Em setembro de 2017, o Rio de Janeiro foi o primeiro e único estado a aderir ao Regime de Recuperação Fiscal. Na época, o então governador, Luiz Fernando Pezão (MDB), alegava que isso ajudaria a resolver o problema da dívida explosiva do Estado.
Na última terça-feira (5), a Assembleia Legislativa do Estado do Rio de Janeiro (Alerj) aprovou a adesão a um novo Regime de Recuperação Fiscal (RRF), prevendo mais medidas de austeridade pelo prazo de uma década.
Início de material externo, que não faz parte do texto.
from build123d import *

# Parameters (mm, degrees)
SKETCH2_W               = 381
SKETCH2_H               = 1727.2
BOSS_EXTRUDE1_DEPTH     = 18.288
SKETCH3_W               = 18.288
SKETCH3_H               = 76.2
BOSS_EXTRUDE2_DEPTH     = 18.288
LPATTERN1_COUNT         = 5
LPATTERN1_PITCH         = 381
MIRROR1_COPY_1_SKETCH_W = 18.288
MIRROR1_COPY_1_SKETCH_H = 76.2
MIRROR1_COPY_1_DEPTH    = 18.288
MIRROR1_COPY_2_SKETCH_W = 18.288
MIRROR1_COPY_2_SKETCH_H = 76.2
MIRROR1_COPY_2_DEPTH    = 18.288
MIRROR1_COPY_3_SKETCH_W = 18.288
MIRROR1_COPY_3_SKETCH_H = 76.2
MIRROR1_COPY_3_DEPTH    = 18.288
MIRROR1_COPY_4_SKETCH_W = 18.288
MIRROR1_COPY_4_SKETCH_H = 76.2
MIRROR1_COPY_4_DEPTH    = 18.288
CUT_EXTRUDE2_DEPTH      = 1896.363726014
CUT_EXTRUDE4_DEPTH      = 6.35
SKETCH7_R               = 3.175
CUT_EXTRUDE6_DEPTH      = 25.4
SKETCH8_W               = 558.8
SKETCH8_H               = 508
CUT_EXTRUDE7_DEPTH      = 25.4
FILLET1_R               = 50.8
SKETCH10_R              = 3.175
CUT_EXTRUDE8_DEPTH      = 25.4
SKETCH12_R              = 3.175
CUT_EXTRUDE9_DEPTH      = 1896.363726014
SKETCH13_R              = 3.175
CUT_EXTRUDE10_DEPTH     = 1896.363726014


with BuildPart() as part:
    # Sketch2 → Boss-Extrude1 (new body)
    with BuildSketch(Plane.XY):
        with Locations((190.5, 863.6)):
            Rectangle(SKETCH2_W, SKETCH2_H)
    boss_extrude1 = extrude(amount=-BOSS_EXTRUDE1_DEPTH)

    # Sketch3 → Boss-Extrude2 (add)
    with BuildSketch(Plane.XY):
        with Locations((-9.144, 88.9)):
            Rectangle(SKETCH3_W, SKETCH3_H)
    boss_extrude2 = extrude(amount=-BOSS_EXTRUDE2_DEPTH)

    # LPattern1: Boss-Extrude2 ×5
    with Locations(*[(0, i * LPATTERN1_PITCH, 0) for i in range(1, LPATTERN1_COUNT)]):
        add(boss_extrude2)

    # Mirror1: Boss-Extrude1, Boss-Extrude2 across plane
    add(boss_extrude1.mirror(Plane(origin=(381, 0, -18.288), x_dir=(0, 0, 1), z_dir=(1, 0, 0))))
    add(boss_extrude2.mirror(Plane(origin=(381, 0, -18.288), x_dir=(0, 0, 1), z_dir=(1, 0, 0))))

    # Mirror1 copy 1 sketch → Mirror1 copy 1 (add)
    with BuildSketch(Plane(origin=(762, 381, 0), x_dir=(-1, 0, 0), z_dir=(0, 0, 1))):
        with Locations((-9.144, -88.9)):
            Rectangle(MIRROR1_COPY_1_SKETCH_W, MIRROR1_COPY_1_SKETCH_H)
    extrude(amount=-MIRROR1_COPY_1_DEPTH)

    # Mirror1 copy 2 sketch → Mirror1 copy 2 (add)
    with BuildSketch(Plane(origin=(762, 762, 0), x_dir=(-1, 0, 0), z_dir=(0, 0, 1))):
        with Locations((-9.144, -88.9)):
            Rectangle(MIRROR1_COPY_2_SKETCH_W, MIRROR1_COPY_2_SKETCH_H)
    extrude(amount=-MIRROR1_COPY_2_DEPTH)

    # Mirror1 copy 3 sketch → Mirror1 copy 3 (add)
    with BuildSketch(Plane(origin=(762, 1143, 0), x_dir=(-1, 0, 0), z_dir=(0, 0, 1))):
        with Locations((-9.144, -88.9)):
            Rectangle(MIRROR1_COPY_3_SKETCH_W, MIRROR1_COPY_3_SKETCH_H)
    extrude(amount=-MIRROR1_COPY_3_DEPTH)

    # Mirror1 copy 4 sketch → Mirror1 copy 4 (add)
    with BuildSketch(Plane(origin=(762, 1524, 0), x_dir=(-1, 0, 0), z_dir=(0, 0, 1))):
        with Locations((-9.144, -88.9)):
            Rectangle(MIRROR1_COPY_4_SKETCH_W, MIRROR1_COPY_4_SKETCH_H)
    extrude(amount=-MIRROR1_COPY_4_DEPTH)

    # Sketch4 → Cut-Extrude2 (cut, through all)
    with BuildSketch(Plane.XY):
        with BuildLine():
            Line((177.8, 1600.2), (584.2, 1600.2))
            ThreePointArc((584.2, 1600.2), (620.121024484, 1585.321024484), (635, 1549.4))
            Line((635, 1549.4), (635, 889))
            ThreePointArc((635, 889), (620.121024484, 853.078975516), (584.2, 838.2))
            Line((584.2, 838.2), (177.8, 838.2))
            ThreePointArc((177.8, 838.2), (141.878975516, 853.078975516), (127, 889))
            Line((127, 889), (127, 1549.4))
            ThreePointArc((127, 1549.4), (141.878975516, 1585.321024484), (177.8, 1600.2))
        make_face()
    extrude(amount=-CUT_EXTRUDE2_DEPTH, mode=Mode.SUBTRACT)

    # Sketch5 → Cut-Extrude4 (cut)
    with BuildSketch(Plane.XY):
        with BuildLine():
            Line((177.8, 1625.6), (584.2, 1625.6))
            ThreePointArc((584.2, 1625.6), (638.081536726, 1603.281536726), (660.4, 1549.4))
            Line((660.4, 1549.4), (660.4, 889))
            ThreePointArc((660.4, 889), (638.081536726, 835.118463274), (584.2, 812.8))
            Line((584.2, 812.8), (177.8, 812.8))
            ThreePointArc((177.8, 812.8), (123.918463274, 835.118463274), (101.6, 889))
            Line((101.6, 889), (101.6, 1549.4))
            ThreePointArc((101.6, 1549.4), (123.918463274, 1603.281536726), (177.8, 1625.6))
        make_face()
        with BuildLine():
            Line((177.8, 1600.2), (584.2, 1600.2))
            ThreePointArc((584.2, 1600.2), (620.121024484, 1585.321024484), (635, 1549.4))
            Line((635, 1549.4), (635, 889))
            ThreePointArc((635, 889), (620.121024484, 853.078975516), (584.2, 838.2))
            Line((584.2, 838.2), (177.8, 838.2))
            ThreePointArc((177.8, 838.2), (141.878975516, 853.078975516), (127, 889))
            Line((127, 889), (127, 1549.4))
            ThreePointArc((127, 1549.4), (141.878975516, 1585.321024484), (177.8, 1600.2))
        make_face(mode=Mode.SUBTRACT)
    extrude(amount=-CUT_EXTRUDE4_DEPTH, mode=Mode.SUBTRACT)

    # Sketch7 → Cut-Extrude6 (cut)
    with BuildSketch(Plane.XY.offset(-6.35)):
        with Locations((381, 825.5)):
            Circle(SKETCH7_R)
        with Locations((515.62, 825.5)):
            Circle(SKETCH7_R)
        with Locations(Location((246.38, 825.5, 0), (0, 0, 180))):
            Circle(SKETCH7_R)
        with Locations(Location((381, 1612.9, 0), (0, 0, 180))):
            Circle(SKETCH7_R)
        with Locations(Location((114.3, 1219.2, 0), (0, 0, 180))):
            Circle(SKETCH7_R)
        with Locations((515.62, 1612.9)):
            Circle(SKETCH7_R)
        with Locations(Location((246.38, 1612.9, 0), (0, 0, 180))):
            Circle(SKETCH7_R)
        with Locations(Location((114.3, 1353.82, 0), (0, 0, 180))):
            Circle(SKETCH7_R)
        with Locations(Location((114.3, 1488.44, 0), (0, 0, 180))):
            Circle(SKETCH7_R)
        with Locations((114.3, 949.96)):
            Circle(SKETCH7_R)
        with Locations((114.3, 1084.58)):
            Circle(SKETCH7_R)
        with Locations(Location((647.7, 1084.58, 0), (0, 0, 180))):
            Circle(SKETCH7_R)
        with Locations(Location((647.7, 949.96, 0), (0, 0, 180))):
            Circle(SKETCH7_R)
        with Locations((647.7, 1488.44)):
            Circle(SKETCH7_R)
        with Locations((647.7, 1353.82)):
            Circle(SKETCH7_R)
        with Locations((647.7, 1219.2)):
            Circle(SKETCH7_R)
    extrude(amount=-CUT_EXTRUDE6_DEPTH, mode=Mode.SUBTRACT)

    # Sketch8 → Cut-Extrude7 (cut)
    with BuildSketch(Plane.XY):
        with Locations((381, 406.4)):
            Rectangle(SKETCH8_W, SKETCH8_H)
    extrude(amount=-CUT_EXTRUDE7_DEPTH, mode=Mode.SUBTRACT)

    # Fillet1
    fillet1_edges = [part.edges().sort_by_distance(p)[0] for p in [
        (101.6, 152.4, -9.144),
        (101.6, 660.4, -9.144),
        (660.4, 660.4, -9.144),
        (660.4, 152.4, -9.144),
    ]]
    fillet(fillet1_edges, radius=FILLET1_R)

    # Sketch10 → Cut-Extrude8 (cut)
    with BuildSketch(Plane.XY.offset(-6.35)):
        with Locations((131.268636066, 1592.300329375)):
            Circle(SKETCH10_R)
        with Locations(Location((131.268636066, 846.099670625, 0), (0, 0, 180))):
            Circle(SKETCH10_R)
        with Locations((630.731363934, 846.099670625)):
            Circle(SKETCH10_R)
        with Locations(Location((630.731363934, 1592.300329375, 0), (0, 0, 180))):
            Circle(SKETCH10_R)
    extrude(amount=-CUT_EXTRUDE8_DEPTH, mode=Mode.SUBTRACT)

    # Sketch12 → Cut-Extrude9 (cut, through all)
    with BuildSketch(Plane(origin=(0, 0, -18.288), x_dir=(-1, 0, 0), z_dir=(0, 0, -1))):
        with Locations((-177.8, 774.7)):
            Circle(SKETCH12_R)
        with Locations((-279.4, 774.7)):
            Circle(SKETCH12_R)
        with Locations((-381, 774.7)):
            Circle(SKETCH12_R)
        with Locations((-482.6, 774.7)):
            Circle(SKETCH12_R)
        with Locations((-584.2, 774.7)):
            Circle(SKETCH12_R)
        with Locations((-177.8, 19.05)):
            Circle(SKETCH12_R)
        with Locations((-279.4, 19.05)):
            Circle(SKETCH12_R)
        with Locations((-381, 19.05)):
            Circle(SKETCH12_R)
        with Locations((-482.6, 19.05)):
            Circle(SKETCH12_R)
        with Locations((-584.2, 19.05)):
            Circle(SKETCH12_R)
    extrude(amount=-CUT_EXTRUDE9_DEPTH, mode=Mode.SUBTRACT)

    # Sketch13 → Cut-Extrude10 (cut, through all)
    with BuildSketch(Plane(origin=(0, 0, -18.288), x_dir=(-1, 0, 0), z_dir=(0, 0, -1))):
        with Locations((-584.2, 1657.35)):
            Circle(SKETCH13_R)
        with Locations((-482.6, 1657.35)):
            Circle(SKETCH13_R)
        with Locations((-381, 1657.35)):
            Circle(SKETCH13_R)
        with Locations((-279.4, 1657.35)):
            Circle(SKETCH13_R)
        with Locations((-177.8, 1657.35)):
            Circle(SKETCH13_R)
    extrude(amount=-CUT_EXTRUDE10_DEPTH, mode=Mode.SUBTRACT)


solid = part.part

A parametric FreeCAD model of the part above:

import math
import FreeCAD as App
import Part
import Sketcher
from FreeCAD import Vector
Q = App.Units.Quantity


def edges_at(feature, points):
    """Names of the edges that pass closest to the given points."""
    edges = feature.Shape.Edges
    near = lambda p: min(range(len(edges)), key=lambda i: edges[i].distToShape(Part.Vertex(*p))[0])
    return sorted({f"Edge{near(p) + 1}" for p in points})

doc = App.newDocument("Part")
body = doc.addObject("PartDesign::Body", "Body")

# Sketch on XY plane
sketch1 = body.newObject("Sketcher::SketchObject", "Sketch")
sketch1.AttachmentSupport = (doc.getObject("XY_Plane"), [""])
sketch1.MapMode = "FlatFace"
sketch1.addGeometry([
    Part.LineSegment(Vector(0, 1727.2, 0), Vector(0, 0, 0)),
    Part.LineSegment(Vector(0, 0, 0), Vector(381, 0, 0)),
    Part.LineSegment(Vector(381, 0, 0), Vector(381, 1727.2, 0)),
    Part.LineSegment(Vector(381, 1727.2, 0), Vector(0, 1727.2, 0)),
], False)
sketch1.addConstraint([
    Sketcher.Constraint("Coincident", 0, 2, 1, 1),
    Sketcher.Constraint("Coincident", 1, 2, 2, 1),
    Sketcher.Constraint("Coincident", 2, 2, 3, 1),
    Sketcher.Constraint("Coincident", 3, 2, 0, 1),
    Sketcher.Constraint("Vertical", 0),
    Sketcher.Constraint("Horizontal", 1),
    Sketcher.Constraint("Vertical", 2),
    Sketcher.Constraint("Horizontal", 3),
    Sketcher.Constraint("Coincident", 0, 2, -1, 1),
    Sketcher.Constraint("DistanceX", 1, 1, 1, 2, Q("15 in")),
    Sketcher.Constraint("DistanceY", 0, 2, 0, 1, Q("68 in")),
])
pad1 = body.newObject("PartDesign::Pad", "Pad")
pad1.Profile = sketch1
pad1.Length = Q("0.72 in")
pad1.Reversed = True

# Sketch on XY plane
sketch2 = body.newObject("Sketcher::SketchObject", "Sketch001")
sketch2.AttachmentSupport = (doc.getObject("XY_Plane"), [""])
sketch2.MapMode = "FlatFace"
sketch2.addGeometry([
    Part.LineSegment(Vector(-18.288, 127, 0), Vector(-18.288, 50.8, 0)),
    Part.LineSegment(Vector(-18.288, 50.8, 0), Vector(0, 50.8, 0)),
    Part.LineSegment(Vector(0, 50.8, 0), Vector(0, 127, 0)),
    Part.LineSegment(Vector(0, 127, 0), Vector(-18.288, 127, 0)),
], False)
sketch2.addConstraint([
    Sketcher.Constraint("Coincident", 0, 2, 1, 1),
    Sketcher.Constraint("Coincident", 1, 2, 2, 1),
    Sketcher.Constraint("Coincident", 2, 2, 3, 1),
    Sketcher.Constraint("Coincident", 3, 2, 0, 1),
    Sketcher.Constraint("Vertical", 0),
    Sketcher.Constraint("Horizontal", 1),
    Sketcher.Constraint("Vertical", 2),
    Sketcher.Constraint("Horizontal", 3),
    Sketcher.Constraint("PointOnObject", 1, 2, -2),
    Sketcher.Constraint("DistanceY", 0, 2, 0, 1, Q("3 in")),
    Sketcher.Constraint("DistanceY", -1, 1, 0, 2, Q("2 in")),
    Sketcher.Constraint("DistanceX", 1, 1, 1, 2, Q("0.72 in")),
])
pad2 = body.newObject("PartDesign::Pad", "Pad001")
pad2.Profile = sketch2
pad2.Length = Q("0.72 in")
pad2.Reversed = True
doc.recompute()

linearpattern = body.newObject("PartDesign::LinearPattern", "LinearPattern")
linearpattern.Originals = [pad2]
linearpattern.Direction = (doc.getObject("Y_Axis"), [""])
linearpattern.Mode = "offset"
linearpattern.Offset = Q("15 in")
linearpattern.Occurrences = 5
body.Tip = linearpattern
doc.recompute()

datumplane = body.newObject("PartDesign::Plane", "DatumPlane")
datumplane.AttachmentSupport = (doc.getObject("YZ_Plane"), [""])
datumplane.MapMode = "FlatFace"
datumplane.AttachmentOffset = App.Placement(Vector(0, 0, 15 * 25.4), App.Rotation())
mirrored = body.newObject("PartDesign::Mirrored", "Mirrored")
mirrored.Originals = [pad1, pad2]
mirrored.MirrorPlane = (datumplane, [""])
body.Tip = mirrored

# Sketch on XY plane
sketch3 = body.newObject("Sketcher::SketchObject", "Sketch002")
sketch3.AttachmentSupport = (doc.getObject("XY_Plane"), [""])
sketch3.MapMode = "FlatFace"
sketch3.addGeometry([
    Part.LineSegment(Vector(780.288, 431.8, 0), Vector(780.288, 508, 0)),
    Part.LineSegment(Vector(780.288, 508, 0), Vector(762, 508, 0)),
    Part.LineSegment(Vector(762, 508, 0), Vector(762, 431.8, 0)),
    Part.LineSegment(Vector(762, 431.8, 0), Vector(780.288, 431.8, 0)),
], False)
sketch3.addConstraint([
    Sketcher.Constraint("Coincident", 0, 2, 1, 1),
    Sketcher.Constraint("Coincident", 1, 2, 2, 1),
    Sketcher.Constraint("Coincident", 2, 2, 3, 1),
    Sketcher.Constraint("Coincident", 3, 2, 0, 1),
    Sketcher.Constraint("Vertical", 0),
    Sketcher.Constraint("Horizontal", 1),
    Sketcher.Constraint("Vertical", 2),
    Sketcher.Constraint("Horizontal", 3),
    Sketcher.Constraint("DistanceY", 0, 1, 0, 2, Q("3 in")),
    Sketcher.Constraint("DistanceY", -1, 1, 0, 2, Q("20 in")),
    Sketcher.Constraint("DistanceX", -1, 1, 1, 2, Q("30 in")),
    Sketcher.Constraint("DistanceX", 1, 2, 1, 1, Q("0.72 in")),
])
pad3 = body.newObject("PartDesign::Pad", "Pad002")
pad3.Profile = sketch3
pad3.Length = Q("0.72 in")
pad3.Reversed = True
A votação foi acompanhada com protestos de servidores públicos contrários à proposta.
Segundo o novo regime, o pagamento da dívida com a União fica suspenso no primeiro ano e é retomado nos nove seguintes, de forma parcelada, aumentando o valor da parcela gradativamente.
Desde que o Rio de Janeiro aderiu ao RRF, há quatro anos, a dívida consolidada líquida saltou de R$ 106 bilhões para R$ 172 bilhões (um acréscimo de R$ 66 bi), chegando a 281% da receita corrente líquida (antes, eram 230%). Os dados são do relatório de encerramento do Plano de Recuperação Fiscal do Rio de Janeiro.